## What the task asks
The entries below contain a line with "f 161 297 160" and a line with "f 64 437 439". Retype exactly everything from the first down to the second, both included, and nothing else.
------ Data in this exercise ------
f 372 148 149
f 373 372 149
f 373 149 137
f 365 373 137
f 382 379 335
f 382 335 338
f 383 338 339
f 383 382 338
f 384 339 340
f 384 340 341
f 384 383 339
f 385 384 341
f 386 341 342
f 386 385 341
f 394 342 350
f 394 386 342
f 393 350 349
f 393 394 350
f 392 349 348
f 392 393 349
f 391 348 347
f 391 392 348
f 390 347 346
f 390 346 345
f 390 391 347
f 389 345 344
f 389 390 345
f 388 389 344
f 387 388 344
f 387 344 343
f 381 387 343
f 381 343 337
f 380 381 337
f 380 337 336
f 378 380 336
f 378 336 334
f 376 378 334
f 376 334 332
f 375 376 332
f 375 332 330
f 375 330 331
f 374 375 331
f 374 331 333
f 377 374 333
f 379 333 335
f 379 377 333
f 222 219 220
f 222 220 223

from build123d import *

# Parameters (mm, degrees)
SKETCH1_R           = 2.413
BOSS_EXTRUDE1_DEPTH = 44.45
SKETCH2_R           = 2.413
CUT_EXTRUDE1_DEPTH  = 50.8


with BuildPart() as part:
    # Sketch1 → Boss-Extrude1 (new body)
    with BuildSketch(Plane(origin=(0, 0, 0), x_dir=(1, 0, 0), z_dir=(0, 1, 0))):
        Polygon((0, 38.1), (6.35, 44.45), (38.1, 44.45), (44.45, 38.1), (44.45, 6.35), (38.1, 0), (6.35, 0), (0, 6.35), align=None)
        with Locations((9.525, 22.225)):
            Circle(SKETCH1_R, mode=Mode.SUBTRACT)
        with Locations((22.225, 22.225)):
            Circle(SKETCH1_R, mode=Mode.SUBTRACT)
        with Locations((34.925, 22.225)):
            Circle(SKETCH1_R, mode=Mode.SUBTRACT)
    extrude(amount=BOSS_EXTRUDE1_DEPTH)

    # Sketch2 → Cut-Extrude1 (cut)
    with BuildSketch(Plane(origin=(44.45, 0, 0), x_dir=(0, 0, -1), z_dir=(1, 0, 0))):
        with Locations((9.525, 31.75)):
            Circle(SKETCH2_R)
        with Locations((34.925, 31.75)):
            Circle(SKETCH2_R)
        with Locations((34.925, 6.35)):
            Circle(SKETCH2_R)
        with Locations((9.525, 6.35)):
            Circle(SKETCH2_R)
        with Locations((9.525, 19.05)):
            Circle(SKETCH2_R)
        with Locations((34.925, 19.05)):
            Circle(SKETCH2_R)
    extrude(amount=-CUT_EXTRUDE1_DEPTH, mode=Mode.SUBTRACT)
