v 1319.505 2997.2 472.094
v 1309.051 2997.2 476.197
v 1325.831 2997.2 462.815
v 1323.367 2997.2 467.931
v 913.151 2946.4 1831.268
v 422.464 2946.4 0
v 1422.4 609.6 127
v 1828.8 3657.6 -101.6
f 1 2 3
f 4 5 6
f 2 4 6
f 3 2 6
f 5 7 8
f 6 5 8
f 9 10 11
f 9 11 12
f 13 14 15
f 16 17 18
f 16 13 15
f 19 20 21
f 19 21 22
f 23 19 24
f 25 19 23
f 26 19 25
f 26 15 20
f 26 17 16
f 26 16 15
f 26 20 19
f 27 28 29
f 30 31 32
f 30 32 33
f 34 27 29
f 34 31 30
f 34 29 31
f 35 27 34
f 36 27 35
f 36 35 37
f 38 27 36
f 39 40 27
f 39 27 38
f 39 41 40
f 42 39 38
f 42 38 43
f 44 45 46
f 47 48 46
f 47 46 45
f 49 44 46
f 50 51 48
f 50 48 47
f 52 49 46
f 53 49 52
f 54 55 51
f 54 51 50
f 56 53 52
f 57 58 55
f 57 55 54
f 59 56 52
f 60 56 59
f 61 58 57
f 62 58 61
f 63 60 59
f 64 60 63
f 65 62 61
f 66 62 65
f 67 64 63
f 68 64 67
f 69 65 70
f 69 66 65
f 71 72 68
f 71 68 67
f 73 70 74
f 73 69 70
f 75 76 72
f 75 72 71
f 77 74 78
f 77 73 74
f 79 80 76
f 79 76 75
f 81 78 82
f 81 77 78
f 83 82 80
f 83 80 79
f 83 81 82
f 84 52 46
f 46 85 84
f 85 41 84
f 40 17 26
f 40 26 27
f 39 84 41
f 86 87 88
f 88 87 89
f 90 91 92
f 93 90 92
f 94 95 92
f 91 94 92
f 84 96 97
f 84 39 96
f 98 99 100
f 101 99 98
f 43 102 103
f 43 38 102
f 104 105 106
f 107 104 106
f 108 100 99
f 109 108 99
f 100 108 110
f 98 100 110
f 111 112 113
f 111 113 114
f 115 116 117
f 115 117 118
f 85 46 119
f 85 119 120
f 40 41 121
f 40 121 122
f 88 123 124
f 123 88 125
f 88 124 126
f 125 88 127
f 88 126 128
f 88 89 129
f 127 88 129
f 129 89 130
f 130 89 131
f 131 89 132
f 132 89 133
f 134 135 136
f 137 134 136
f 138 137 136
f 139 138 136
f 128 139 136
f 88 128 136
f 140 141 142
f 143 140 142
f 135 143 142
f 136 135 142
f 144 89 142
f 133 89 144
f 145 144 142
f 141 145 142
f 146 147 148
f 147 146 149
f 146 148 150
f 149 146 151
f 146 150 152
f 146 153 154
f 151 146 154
------
------ Data in this exercise ------
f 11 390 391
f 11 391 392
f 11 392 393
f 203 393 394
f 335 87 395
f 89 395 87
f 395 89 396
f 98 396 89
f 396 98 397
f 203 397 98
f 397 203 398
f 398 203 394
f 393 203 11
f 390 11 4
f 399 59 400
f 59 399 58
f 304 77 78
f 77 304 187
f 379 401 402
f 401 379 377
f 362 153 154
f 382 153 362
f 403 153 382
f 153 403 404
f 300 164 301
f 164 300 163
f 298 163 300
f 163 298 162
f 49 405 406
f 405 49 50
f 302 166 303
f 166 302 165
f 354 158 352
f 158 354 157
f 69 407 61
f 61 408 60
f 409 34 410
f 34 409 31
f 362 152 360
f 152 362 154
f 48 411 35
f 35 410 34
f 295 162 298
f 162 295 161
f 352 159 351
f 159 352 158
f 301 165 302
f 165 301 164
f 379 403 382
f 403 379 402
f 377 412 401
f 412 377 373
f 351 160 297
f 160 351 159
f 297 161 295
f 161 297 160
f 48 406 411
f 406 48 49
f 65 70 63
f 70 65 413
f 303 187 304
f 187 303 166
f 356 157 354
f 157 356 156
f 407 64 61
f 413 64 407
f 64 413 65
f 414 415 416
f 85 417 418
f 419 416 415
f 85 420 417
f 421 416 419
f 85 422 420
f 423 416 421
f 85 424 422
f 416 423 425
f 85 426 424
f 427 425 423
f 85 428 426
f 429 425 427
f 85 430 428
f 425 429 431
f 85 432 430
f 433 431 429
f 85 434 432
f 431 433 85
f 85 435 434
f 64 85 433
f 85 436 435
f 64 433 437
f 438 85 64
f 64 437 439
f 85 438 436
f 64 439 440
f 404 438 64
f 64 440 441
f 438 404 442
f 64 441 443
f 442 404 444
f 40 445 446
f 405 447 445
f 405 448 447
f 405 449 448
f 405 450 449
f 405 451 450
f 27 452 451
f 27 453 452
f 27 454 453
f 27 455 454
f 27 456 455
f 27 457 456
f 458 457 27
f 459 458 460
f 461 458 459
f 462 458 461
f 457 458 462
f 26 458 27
------
## Completed exercise
f 161 297 160
f 48 406 411
f 406 48 49
f 65 70 63
f 70 65 413
f 303 187 304
f 187 303 166
f 356 157 354
f 157 356 156
f 407 64 61
f 413 64 407
f 64 413 65
f 414 415 416
f 85 417 418
f 419 416 415
f 85 420 417
f 421 416 419
f 85 422 420
f 423 416 421
f 85 424 422
f 416 423 425
f 85 426 424
f 427 425 423
f 85 428 426
f 429 425 427
f 85 430 428
f 425 429 431
f 85 432 430
f 433 431 429
f 85 434 432
f 431 433 85
f 85 435 434
f 64 85 433
f 85 436 435
f 64 433 437
f 438 85 64
f 64 437 439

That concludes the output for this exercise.